Would you please output, word for word, the span of the listing below that opens on the line containing "f 193 61 194" and closes on the line containing "f 169 213 214"? Include both ends and nothing more.

──────

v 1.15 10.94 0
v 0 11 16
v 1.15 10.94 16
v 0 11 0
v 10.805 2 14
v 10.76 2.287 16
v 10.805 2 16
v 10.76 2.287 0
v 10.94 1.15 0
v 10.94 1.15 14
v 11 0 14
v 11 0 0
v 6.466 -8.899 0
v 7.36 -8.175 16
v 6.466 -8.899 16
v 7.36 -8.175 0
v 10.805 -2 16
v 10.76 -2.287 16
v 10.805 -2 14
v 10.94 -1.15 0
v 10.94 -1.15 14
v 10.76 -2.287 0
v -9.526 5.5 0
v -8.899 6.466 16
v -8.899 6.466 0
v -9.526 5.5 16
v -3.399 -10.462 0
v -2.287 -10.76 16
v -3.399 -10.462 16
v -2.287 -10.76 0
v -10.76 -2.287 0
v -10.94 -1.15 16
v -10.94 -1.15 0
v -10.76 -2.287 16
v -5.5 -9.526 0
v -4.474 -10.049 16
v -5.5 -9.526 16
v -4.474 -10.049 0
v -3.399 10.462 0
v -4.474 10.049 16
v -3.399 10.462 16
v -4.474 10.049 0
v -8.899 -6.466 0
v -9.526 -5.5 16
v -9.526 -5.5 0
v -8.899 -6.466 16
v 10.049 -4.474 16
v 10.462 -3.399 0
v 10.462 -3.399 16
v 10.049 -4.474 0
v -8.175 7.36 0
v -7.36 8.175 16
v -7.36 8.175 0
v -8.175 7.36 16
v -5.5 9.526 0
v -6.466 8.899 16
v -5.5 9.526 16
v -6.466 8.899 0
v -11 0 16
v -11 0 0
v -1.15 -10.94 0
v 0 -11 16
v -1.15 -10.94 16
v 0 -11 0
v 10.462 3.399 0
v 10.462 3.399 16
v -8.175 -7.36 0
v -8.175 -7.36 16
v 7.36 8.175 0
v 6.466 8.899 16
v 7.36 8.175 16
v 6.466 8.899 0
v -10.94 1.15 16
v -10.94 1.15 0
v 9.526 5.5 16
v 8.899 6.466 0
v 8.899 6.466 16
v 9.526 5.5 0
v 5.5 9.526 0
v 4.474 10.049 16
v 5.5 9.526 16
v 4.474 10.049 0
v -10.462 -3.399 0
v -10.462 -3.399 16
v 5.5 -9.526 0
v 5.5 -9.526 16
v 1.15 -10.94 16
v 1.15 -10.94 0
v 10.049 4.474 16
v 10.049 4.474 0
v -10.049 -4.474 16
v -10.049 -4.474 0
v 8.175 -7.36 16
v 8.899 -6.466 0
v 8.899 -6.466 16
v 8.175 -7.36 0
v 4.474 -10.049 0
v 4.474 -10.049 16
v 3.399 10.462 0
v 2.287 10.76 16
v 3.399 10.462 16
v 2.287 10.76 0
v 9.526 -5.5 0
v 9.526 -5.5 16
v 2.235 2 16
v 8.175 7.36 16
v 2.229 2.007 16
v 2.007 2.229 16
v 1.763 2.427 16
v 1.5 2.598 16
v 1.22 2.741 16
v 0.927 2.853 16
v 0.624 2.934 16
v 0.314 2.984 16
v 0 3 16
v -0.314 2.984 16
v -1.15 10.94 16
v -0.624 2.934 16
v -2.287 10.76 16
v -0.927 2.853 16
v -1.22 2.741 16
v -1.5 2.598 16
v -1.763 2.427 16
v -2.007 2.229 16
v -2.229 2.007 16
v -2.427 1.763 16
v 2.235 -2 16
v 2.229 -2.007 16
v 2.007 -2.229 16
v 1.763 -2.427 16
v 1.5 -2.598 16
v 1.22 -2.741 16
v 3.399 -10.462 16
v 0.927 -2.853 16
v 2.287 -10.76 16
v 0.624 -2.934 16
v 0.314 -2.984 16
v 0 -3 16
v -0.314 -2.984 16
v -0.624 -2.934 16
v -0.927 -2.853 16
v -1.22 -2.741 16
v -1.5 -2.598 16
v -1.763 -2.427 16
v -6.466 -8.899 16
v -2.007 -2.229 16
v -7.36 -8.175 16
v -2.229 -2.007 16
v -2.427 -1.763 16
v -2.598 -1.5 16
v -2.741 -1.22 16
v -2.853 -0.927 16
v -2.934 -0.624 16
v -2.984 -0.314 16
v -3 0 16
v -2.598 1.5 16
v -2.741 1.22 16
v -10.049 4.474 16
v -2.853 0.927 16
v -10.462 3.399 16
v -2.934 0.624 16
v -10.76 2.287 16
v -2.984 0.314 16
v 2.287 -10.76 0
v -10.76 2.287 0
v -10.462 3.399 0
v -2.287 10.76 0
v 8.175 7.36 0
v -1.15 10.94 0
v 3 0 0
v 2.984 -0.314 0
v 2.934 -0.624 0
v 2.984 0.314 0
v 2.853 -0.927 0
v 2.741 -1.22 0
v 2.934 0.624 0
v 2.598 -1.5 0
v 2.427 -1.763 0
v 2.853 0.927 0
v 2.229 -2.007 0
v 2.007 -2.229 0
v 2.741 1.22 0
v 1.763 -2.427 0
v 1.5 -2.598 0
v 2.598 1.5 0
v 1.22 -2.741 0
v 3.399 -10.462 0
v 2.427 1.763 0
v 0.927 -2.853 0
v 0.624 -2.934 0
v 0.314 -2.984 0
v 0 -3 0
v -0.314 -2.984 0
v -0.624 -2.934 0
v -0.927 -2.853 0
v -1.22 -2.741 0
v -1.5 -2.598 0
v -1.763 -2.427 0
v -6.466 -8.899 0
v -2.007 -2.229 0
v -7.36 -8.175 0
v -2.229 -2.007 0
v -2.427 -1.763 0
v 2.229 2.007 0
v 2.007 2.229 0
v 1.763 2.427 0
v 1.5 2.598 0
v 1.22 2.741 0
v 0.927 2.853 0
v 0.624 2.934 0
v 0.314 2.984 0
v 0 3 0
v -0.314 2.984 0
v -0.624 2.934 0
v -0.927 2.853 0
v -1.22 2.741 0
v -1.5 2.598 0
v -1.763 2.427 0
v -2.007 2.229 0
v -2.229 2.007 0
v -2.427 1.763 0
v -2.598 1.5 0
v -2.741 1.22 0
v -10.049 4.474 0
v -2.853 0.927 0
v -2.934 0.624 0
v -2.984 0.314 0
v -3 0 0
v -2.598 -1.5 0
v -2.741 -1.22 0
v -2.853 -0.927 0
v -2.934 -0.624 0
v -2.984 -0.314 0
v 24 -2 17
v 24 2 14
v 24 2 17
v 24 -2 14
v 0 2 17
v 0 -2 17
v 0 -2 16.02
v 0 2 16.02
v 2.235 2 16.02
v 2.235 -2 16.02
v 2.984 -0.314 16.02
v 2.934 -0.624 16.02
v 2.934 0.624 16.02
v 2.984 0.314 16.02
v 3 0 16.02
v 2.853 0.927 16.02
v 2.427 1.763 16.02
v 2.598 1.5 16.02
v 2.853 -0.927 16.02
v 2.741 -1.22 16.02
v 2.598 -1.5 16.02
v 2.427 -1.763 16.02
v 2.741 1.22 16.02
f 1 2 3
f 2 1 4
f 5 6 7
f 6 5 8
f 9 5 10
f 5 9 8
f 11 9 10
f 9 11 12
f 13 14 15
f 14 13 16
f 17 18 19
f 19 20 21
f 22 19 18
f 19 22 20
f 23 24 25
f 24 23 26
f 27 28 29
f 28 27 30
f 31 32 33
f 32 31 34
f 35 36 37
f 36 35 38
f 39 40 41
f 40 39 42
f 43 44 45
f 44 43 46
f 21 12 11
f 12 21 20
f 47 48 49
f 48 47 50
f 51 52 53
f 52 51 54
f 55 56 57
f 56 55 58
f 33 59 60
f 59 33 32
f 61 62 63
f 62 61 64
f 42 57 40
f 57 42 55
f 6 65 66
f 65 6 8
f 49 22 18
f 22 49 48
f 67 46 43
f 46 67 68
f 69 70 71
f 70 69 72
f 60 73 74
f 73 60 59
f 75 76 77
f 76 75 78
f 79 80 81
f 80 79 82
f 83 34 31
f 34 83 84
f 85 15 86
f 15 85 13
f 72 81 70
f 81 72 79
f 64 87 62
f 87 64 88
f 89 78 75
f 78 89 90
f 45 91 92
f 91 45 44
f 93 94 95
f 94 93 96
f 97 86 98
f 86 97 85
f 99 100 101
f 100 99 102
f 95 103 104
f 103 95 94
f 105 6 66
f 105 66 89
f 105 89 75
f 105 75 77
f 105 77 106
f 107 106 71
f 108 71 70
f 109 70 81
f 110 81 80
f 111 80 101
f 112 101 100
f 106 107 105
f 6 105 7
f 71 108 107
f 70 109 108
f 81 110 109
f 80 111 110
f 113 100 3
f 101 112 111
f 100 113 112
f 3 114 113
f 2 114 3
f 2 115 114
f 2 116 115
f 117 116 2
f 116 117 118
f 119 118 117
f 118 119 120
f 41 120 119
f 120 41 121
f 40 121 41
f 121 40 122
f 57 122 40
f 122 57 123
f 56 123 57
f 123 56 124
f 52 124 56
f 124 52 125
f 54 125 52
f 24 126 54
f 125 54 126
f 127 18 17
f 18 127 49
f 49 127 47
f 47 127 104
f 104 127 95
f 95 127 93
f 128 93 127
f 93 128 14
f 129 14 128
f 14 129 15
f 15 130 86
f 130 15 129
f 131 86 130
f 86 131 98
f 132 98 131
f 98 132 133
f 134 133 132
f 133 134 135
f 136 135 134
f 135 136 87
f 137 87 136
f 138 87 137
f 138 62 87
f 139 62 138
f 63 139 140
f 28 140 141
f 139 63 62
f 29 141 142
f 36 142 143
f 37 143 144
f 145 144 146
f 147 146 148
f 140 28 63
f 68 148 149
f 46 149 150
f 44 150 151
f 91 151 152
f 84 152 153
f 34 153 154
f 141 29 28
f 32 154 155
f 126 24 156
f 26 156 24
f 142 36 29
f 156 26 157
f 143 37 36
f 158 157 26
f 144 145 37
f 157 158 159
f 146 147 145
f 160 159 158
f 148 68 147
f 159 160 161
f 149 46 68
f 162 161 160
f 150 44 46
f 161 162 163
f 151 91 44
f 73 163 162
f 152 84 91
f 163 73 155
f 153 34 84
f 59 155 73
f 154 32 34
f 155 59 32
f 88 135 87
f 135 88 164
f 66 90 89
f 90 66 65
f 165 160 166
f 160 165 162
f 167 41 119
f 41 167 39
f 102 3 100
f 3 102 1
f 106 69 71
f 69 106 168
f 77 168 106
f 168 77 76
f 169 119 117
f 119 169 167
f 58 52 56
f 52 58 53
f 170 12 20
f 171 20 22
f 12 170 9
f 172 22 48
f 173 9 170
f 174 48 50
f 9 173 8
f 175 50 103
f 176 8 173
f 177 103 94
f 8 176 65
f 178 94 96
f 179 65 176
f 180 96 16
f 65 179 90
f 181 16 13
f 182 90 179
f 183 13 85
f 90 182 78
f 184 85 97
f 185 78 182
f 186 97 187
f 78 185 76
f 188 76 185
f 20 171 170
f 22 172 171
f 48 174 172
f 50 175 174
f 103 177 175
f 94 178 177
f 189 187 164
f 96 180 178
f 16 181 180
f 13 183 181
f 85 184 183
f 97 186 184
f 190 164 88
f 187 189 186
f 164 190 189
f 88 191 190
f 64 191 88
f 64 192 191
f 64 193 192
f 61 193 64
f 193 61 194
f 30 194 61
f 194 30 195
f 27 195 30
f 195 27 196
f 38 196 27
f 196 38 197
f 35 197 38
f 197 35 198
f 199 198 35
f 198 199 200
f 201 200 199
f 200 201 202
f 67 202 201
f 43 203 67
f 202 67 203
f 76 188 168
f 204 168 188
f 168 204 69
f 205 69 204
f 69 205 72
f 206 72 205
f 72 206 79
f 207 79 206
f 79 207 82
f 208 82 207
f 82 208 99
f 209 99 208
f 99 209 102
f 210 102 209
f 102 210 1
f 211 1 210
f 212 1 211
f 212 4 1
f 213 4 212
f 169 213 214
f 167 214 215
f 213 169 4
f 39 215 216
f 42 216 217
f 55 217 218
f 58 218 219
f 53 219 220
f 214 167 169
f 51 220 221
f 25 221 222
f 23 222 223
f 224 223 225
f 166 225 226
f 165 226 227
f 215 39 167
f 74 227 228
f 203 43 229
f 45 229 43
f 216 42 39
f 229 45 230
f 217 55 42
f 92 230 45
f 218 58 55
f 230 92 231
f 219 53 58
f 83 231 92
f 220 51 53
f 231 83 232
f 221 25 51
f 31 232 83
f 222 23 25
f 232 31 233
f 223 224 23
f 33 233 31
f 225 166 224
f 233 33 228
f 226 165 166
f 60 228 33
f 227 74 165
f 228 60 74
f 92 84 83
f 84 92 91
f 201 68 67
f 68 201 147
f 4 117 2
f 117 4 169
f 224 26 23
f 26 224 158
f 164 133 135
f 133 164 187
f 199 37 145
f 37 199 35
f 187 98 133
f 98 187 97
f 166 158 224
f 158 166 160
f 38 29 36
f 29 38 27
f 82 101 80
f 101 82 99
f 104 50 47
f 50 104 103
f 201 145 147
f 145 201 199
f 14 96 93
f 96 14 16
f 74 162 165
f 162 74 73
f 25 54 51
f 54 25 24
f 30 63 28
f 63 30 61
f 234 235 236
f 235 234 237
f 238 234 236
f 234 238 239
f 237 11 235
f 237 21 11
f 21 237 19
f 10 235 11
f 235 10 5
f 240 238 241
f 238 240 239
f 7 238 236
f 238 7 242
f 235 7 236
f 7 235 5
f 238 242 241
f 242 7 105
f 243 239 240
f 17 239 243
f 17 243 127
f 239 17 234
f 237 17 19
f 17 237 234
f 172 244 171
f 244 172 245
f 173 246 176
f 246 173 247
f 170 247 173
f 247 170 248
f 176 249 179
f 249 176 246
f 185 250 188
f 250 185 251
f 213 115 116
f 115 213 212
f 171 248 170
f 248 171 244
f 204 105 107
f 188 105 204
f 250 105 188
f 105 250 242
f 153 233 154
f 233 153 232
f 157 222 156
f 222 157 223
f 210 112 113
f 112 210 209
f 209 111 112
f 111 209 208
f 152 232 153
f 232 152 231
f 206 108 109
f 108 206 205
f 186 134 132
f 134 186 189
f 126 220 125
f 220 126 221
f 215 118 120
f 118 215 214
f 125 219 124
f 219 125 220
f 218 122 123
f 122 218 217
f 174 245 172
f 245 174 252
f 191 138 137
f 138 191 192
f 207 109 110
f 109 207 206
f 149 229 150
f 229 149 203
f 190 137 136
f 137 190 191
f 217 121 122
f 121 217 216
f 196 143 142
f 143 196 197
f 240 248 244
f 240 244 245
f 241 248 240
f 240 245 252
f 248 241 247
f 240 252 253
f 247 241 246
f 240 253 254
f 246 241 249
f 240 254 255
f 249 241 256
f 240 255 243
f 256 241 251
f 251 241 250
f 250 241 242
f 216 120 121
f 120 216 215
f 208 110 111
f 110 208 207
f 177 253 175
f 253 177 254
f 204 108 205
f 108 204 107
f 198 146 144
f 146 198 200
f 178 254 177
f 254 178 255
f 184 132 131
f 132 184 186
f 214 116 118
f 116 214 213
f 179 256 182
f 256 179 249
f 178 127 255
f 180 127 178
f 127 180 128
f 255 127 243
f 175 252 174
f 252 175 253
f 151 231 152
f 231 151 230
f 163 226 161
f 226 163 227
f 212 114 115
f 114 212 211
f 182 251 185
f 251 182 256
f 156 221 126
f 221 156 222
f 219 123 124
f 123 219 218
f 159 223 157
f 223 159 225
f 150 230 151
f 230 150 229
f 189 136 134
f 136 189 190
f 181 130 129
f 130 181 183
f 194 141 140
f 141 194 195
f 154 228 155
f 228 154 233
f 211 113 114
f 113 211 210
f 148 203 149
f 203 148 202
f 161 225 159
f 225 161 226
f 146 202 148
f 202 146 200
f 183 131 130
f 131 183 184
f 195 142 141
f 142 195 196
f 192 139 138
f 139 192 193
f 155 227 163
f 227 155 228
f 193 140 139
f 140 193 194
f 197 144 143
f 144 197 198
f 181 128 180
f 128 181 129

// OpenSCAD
// Quarter-turn cam lock.
$fn = 60;
eps = 0.02;
body_d = 22;
body_l = 16;
arm_l = 24;
difference() { union() { cylinder(d=body_d,h=body_l); translate([0,-2,body_l-2]) cube([arm_l,4,3]); } translate([0,0,-eps]) cylinder(d=6,h=body_l+2*eps); }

──────

RESPONSE FOR THIS EXERCISE
f 193 61 194
f 30 194 61
f 194 30 195
f 27 195 30
f 195 27 196
f 38 196 27
f 196 38 197
f 35 197 38
f 197 35 198
f 199 198 35
f 198 199 200
f 201 200 199
f 200 201 202
f 67 202 201
f 43 203 67
f 202 67 203
f 76 188 168
f 204 168 188
f 168 204 69
f 205 69 204
f 69 205 72
f 206 72 205
f 72 206 79
f 207 79 206
f 79 207 82
f 208 82 207
f 82 208 99
f 209 99 208
f 99 209 102
f 210 102 209
f 102 210 1
f 211 1 210
f 212 1 211
f 212 4 1
f 213 4 212
f 169 213 214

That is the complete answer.